• [Work to be completed] Give the number of lines in the data that hold the word "DIRECTION", and nothing else.

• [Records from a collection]
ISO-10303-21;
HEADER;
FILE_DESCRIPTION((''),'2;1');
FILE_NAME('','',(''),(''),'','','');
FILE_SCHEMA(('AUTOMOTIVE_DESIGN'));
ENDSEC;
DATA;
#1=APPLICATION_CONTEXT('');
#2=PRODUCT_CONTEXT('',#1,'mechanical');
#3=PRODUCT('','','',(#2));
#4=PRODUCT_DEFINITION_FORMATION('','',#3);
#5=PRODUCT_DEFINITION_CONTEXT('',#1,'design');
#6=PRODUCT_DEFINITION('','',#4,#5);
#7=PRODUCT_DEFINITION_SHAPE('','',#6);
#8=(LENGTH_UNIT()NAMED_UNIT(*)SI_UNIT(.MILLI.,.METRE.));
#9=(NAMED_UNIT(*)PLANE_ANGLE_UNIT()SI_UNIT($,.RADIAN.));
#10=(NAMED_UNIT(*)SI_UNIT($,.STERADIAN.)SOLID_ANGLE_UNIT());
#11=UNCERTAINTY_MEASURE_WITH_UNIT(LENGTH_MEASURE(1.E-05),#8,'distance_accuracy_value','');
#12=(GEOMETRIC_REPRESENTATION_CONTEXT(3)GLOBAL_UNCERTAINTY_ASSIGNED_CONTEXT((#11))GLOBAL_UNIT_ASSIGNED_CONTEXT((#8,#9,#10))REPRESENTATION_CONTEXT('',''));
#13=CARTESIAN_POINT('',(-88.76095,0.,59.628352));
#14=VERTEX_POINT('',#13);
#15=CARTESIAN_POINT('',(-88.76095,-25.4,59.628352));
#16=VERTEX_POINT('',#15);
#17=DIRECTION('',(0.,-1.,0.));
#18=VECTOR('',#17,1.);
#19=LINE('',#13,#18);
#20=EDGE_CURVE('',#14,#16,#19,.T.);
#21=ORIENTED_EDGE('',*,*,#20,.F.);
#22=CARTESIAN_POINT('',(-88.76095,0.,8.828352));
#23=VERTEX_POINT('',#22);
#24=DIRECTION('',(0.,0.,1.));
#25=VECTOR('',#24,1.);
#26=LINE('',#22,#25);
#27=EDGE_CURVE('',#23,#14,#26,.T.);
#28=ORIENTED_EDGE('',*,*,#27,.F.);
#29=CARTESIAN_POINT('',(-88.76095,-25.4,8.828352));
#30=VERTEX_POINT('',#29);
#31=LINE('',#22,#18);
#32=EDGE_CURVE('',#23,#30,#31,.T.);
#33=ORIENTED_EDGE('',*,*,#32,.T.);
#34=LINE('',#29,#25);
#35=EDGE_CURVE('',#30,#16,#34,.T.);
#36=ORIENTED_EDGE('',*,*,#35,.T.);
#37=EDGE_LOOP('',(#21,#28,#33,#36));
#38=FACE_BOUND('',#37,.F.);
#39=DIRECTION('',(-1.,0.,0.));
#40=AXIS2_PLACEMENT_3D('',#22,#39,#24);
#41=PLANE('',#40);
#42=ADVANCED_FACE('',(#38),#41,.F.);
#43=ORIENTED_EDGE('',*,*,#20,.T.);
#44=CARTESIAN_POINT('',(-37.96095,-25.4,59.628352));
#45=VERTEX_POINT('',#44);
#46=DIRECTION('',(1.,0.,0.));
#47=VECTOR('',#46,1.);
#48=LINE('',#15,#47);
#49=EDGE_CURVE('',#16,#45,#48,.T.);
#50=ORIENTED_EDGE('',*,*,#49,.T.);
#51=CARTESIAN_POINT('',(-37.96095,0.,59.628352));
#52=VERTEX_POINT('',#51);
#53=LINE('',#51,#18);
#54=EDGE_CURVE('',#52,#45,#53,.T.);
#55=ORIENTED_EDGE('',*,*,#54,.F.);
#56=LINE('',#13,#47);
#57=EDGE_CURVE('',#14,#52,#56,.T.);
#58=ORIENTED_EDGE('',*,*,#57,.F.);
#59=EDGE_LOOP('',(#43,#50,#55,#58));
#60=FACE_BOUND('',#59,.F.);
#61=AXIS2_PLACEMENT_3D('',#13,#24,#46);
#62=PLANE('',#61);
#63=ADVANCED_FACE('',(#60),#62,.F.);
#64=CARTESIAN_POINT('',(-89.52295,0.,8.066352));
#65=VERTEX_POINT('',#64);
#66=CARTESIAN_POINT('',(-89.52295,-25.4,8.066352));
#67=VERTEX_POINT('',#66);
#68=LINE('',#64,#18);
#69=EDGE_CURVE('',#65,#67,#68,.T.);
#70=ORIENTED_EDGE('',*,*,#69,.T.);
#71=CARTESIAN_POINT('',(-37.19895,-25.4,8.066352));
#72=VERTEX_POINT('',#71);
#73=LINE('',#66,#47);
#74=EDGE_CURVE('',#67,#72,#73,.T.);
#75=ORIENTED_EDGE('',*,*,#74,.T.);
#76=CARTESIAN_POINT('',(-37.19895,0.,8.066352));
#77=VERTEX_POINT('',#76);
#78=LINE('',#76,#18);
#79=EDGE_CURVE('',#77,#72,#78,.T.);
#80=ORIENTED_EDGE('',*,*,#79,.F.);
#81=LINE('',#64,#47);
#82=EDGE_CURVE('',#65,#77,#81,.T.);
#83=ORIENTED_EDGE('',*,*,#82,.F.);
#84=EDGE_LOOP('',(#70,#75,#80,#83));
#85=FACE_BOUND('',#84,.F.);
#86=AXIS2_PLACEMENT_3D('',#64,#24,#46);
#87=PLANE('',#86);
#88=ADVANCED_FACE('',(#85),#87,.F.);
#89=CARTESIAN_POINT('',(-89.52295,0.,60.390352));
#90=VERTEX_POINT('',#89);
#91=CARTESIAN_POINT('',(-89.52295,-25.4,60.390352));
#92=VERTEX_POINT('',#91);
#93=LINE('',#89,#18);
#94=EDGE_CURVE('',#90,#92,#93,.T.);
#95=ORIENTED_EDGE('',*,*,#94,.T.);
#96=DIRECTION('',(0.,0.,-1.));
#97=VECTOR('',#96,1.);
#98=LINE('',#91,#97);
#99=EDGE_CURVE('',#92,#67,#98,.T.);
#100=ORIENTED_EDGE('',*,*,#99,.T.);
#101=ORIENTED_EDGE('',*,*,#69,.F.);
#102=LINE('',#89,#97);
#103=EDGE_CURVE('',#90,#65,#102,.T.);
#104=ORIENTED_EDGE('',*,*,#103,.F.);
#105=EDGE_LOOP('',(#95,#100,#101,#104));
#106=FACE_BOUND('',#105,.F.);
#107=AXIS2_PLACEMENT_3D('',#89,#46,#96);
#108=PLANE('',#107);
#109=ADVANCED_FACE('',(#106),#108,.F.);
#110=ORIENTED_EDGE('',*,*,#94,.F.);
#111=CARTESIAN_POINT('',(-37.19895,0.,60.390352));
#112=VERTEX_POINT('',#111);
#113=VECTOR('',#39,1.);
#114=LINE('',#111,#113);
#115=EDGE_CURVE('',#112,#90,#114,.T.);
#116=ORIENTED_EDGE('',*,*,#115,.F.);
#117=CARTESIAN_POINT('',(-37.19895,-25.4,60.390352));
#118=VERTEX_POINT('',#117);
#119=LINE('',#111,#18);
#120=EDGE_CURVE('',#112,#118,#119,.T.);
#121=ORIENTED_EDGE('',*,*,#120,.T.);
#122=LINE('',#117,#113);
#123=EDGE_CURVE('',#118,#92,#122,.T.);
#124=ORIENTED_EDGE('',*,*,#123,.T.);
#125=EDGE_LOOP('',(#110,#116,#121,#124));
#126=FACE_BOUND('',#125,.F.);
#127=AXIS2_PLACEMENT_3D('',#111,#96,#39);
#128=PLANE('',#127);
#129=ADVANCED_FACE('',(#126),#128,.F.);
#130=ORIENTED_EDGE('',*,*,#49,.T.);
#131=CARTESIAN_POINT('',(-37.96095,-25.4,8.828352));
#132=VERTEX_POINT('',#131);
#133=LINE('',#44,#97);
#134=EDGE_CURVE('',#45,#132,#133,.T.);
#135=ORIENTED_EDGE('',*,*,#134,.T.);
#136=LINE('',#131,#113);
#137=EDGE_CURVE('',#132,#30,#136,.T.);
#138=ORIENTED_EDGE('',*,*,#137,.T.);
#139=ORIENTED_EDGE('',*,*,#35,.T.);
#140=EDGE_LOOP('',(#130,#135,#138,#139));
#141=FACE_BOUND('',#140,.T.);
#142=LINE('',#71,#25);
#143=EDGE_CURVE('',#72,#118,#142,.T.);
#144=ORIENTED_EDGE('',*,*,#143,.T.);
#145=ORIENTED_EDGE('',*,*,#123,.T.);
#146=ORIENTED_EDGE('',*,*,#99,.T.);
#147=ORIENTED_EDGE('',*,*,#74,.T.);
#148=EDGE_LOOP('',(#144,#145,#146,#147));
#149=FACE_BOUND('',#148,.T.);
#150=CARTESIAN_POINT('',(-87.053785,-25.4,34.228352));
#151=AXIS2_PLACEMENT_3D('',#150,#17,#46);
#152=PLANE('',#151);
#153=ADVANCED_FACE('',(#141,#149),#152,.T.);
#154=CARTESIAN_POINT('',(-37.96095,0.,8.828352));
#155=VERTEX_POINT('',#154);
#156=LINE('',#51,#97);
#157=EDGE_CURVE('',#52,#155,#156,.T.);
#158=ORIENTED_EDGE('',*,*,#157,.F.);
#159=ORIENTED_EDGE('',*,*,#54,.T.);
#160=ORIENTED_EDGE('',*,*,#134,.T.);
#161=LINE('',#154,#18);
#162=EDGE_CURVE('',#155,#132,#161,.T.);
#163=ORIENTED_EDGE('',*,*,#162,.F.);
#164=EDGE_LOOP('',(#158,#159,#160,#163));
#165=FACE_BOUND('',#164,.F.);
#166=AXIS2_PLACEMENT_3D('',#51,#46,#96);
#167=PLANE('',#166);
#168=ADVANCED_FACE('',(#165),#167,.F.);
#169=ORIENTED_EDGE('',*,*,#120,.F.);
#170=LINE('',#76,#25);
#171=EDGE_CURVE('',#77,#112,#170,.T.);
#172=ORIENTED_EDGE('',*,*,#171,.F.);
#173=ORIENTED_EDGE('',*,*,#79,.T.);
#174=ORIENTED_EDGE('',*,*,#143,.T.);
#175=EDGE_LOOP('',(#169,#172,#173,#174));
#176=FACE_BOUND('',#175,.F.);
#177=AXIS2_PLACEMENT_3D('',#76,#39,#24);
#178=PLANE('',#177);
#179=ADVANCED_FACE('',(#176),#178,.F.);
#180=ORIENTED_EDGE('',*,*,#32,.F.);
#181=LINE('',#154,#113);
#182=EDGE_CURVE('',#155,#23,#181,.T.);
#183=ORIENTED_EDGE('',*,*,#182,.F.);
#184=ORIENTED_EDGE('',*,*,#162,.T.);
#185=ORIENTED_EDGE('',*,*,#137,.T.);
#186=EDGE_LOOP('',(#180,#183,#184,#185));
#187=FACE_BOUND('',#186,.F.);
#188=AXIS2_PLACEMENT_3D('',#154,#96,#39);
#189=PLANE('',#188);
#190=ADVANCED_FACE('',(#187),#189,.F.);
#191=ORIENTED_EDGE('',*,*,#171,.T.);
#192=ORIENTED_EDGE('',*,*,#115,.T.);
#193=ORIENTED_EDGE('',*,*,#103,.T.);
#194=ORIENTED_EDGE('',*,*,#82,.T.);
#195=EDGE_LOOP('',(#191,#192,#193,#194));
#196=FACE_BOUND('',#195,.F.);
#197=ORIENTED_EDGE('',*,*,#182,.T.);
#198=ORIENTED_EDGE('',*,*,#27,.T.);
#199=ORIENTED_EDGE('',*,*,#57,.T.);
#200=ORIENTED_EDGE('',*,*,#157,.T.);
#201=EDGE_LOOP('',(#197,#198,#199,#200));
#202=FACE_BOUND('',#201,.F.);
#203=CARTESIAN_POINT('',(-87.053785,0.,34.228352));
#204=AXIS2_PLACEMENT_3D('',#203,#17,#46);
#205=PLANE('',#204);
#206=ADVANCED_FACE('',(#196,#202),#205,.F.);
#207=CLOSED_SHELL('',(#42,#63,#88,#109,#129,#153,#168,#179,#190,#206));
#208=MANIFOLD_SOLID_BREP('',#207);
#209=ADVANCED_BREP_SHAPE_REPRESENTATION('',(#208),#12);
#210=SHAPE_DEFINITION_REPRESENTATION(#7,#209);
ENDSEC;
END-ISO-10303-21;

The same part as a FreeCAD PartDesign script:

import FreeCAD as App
import Part
import Sketcher
Q = App.Units.Quantity


def add_polygon(sketch, points):
    """Adds a closed chain of lines whose ends are joined by coincident constraints."""
    first, n = sketch.GeometryCount, len(points)
    for a, b in zip(points, points[1:] + points[:1]):
        sketch.addGeometry(Part.LineSegment(App.Vector(*a, 0), App.Vector(*b, 0)), False)
    for i in range(n):
        sketch.addConstraint(Sketcher.Constraint("Coincident", first + i, 2, first + (i + 1) % n, 1))

doc = App.newDocument("Part")
params = doc.addObject("Spreadsheet::Sheet", "Params")
for row, (alias, value) in enumerate([
    ("sketch1_width", "2 in"),
    ("sketch1_width2", "2.06 in"),
    ("pad1_length", "1 in"),
], start=1):
    params.set(f"A{row}", alias)
    params.set(f"B{row}", "=" + value)
    params.setAlias(f"B{row}", alias)

body = doc.addObject("PartDesign::Body", "Body")

# Sketch on XZ plane
sketch1 = doc.addObject("Sketcher::SketchObject", "Sketch")
body.addObject(sketch1)
sketch1.AttachmentSupport = (doc.XZ_Plane, [""])
sketch1.MapMode = "FlatFace"
add_polygon(sketch1, [(-37.19895, 8.066352), (-37.19895, 60.390352), (-89.52295, 60.390352), (-89.52295, 8.066352)])  # lines 0-3
add_polygon(sketch1, [(-88.76095, 8.828352), (-88.76095, 59.628352), (-37.96095, 59.628352), (-37.96095, 8.828352)])  # lines 4-7
sketch1.addConstraint(Sketcher.Constraint("Vertical", 0))
sketch1.addConstraint(Sketcher.Constraint("Horizontal", 1))
sketch1.addConstraint(Sketcher.Constraint("Vertical", 2))
sketch1.addConstraint(Sketcher.Constraint("Horizontal", 3))
sketch1.addConstraint(Sketcher.Constraint("Vertical", 4))
sketch1.addConstraint(Sketcher.Constraint("Horizontal", 5))
sketch1.addConstraint(Sketcher.Constraint("Vertical", 6))
sketch1.addConstraint(Sketcher.Constraint("Horizontal", 7))
sketch1.addConstraint(Sketcher.Constraint("Equal", 3, 0))
sketch1.addConstraint(Sketcher.Constraint("Equal", 7, 4))
sketch1.addConstraint(Sketcher.Constraint("DistanceX", 5, 1, 5, 2, Q("2 in")))
sketch1.addConstraint(Sketcher.Constraint("DistanceX", 1, 2, 1, 1, Q("2.06 in")))
sketch1.addConstraint(Sketcher.Constraint("DistanceX", 1, 2, 4, 2, Q("0.03 in")))
sketch1.addConstraint(Sketcher.Constraint("DistanceY", 4, 2, 1, 2, Q("0.03 in")))
sketch1.addConstraint(Sketcher.Constraint("DistanceX", 0, 2, -1, 1, Q("37.19895 mm")))
sketch1.addConstraint(Sketcher.Constraint("DistanceY", -1, 1, 0, 2, Q("60.390352 mm")))
sketch1.setExpression("Constraints[18]", "Params.sketch1_width")
sketch1.setExpression("Constraints[19]", "Params.sketch1_width2")
pad1 = doc.addObject("PartDesign::Pad", "Pad")
body.addObject(pad1)
pad1.Profile = sketch1
pad1.setExpression("Length", "Params.pad1_length")

doc.recompute()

• [Exercise result] 5